== INSTRUCTIONS FOR THE TASK ==
The expected result is the material below, reproduced exactly from its first line through the line containing "f 334 211 323".
==========
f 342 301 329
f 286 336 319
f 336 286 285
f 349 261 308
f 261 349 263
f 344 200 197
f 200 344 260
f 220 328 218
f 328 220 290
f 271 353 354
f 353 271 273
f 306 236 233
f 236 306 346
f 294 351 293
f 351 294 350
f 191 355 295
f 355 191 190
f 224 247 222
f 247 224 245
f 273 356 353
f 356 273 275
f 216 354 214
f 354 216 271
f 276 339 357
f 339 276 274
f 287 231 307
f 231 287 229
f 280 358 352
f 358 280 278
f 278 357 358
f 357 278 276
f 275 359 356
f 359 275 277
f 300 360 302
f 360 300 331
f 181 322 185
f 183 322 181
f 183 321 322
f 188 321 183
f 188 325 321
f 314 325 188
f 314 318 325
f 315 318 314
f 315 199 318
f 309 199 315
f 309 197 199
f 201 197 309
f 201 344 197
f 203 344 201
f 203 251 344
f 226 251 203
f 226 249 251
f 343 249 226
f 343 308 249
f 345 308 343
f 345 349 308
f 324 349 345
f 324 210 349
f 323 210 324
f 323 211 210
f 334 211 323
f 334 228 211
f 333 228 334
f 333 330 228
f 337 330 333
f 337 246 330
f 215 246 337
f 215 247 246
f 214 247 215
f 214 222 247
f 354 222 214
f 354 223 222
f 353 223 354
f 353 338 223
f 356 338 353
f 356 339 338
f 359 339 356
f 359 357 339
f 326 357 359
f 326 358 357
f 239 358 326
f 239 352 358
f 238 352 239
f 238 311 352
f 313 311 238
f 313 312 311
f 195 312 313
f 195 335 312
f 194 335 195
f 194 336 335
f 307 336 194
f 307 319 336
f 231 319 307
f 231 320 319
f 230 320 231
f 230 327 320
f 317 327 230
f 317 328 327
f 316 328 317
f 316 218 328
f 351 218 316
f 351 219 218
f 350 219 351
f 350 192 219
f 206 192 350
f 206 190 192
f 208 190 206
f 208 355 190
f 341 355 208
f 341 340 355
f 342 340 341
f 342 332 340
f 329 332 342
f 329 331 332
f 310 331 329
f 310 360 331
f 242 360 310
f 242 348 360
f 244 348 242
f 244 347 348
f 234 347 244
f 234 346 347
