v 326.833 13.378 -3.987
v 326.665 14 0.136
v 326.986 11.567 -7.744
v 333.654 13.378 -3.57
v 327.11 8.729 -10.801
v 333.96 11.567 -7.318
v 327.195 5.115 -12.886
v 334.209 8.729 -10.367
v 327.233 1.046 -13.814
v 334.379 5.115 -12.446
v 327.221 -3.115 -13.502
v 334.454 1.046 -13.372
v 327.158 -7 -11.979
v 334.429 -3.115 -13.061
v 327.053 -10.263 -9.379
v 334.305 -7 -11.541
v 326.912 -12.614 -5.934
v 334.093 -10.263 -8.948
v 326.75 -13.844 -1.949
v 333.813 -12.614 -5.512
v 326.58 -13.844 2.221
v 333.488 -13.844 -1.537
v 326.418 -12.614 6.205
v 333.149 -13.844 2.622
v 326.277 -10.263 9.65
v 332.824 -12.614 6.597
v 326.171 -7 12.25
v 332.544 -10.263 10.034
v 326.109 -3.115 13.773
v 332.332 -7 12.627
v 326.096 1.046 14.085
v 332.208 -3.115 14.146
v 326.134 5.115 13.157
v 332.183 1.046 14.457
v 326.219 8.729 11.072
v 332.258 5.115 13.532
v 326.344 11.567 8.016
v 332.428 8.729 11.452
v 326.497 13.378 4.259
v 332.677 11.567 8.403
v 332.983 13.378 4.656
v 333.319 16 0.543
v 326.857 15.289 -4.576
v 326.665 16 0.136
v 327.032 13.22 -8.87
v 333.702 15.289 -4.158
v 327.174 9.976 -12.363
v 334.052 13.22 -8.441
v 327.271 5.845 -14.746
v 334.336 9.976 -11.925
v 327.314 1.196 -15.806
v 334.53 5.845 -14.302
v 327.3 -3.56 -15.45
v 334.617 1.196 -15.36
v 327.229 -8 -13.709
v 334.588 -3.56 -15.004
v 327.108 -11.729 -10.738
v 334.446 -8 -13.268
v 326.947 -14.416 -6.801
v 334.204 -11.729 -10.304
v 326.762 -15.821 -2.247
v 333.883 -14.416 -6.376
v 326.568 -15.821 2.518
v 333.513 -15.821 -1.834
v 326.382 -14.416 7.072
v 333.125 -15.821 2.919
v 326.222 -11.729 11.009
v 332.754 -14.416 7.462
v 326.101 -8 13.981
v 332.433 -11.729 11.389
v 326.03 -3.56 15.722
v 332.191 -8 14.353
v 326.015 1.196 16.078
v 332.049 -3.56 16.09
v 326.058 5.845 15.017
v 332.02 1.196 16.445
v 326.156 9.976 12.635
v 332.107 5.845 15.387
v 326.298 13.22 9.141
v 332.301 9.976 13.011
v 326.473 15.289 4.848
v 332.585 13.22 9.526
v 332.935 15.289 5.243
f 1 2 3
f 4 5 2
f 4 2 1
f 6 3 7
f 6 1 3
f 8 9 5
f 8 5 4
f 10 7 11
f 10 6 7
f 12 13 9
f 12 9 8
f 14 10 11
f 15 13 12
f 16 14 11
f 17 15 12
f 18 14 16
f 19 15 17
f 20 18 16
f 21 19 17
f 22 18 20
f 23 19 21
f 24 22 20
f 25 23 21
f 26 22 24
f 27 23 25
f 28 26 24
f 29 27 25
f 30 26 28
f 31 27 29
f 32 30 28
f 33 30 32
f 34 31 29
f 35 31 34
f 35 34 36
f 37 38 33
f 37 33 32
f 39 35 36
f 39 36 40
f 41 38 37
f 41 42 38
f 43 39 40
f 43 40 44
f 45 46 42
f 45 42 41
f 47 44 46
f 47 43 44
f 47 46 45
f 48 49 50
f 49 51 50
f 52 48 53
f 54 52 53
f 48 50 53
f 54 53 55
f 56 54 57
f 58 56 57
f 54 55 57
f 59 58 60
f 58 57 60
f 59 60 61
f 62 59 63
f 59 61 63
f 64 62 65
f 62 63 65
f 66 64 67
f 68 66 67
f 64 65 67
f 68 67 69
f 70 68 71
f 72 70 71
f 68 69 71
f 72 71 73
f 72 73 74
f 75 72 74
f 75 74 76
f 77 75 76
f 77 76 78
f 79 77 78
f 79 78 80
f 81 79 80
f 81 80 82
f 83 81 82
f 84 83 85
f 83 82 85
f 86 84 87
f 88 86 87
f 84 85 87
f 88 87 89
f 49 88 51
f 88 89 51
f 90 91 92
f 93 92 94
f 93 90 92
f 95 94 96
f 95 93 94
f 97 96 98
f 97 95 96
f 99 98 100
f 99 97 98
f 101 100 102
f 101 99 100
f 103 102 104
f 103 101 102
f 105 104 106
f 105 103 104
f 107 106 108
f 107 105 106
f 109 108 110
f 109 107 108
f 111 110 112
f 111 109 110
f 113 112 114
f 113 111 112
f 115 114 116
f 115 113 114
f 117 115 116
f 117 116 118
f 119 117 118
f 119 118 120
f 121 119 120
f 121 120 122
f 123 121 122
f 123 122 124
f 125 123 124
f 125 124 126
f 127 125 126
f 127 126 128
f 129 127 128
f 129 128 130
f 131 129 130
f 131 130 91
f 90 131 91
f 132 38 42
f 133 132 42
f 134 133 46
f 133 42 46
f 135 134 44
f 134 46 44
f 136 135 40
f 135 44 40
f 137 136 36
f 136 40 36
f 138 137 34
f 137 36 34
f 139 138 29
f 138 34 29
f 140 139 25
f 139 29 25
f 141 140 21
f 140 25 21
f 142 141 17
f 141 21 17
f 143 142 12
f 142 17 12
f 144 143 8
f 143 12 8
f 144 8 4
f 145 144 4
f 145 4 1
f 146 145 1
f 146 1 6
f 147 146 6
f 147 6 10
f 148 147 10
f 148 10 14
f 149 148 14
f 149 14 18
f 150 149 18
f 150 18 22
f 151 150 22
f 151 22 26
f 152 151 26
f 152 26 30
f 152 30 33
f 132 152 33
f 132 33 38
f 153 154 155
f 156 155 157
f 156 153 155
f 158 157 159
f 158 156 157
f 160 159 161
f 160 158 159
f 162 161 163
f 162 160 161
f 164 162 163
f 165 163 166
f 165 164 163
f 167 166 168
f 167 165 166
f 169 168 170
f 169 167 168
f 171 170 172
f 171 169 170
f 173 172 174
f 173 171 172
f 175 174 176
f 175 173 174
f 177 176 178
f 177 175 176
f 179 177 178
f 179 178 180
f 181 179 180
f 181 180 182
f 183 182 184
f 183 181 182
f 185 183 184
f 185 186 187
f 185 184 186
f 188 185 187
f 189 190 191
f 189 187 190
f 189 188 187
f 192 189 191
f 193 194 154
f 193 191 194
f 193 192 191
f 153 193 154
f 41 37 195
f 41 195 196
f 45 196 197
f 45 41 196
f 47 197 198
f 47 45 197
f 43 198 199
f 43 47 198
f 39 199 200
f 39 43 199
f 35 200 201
==========
== ANSWER TO THE EXERCISE ==
f 342 301 329
f 286 336 319
f 336 286 285
f 349 261 308
f 261 349 263
f 344 200 197
f 200 344 260
f 220 328 218
f 328 220 290
f 271 353 354
f 353 271 273
f 306 236 233
f 236 306 346
f 294 351 293
f 351 294 350
f 191 355 295
f 355 191 190
f 224 247 222
f 247 224 245
f 273 356 353
f 356 273 275
f 216 354 214
f 354 216 271
f 276 339 357
f 339 276 274
f 287 231 307
f 231 287 229
f 280 358 352
f 358 280 278
f 278 357 358
f 357 278 276
f 275 359 356
f 359 275 277
f 300 360 302
f 360 300 331
f 181 322 185
f 183 322 181
f 183 321 322
f 188 321 183
f 188 325 321
f 314 325 188
f 314 318 325
f 315 318 314
f 315 199 318
f 309 199 315
f 309 197 199
f 201 197 309
f 201 344 197
f 203 344 201
f 203 251 344
f 226 251 203
f 226 249 251
f 343 249 226
f 343 308 249
f 345 308 343
f 345 349 308
f 324 349 345
f 324 210 349
f 323 210 324
f 323 211 210
f 334 211 323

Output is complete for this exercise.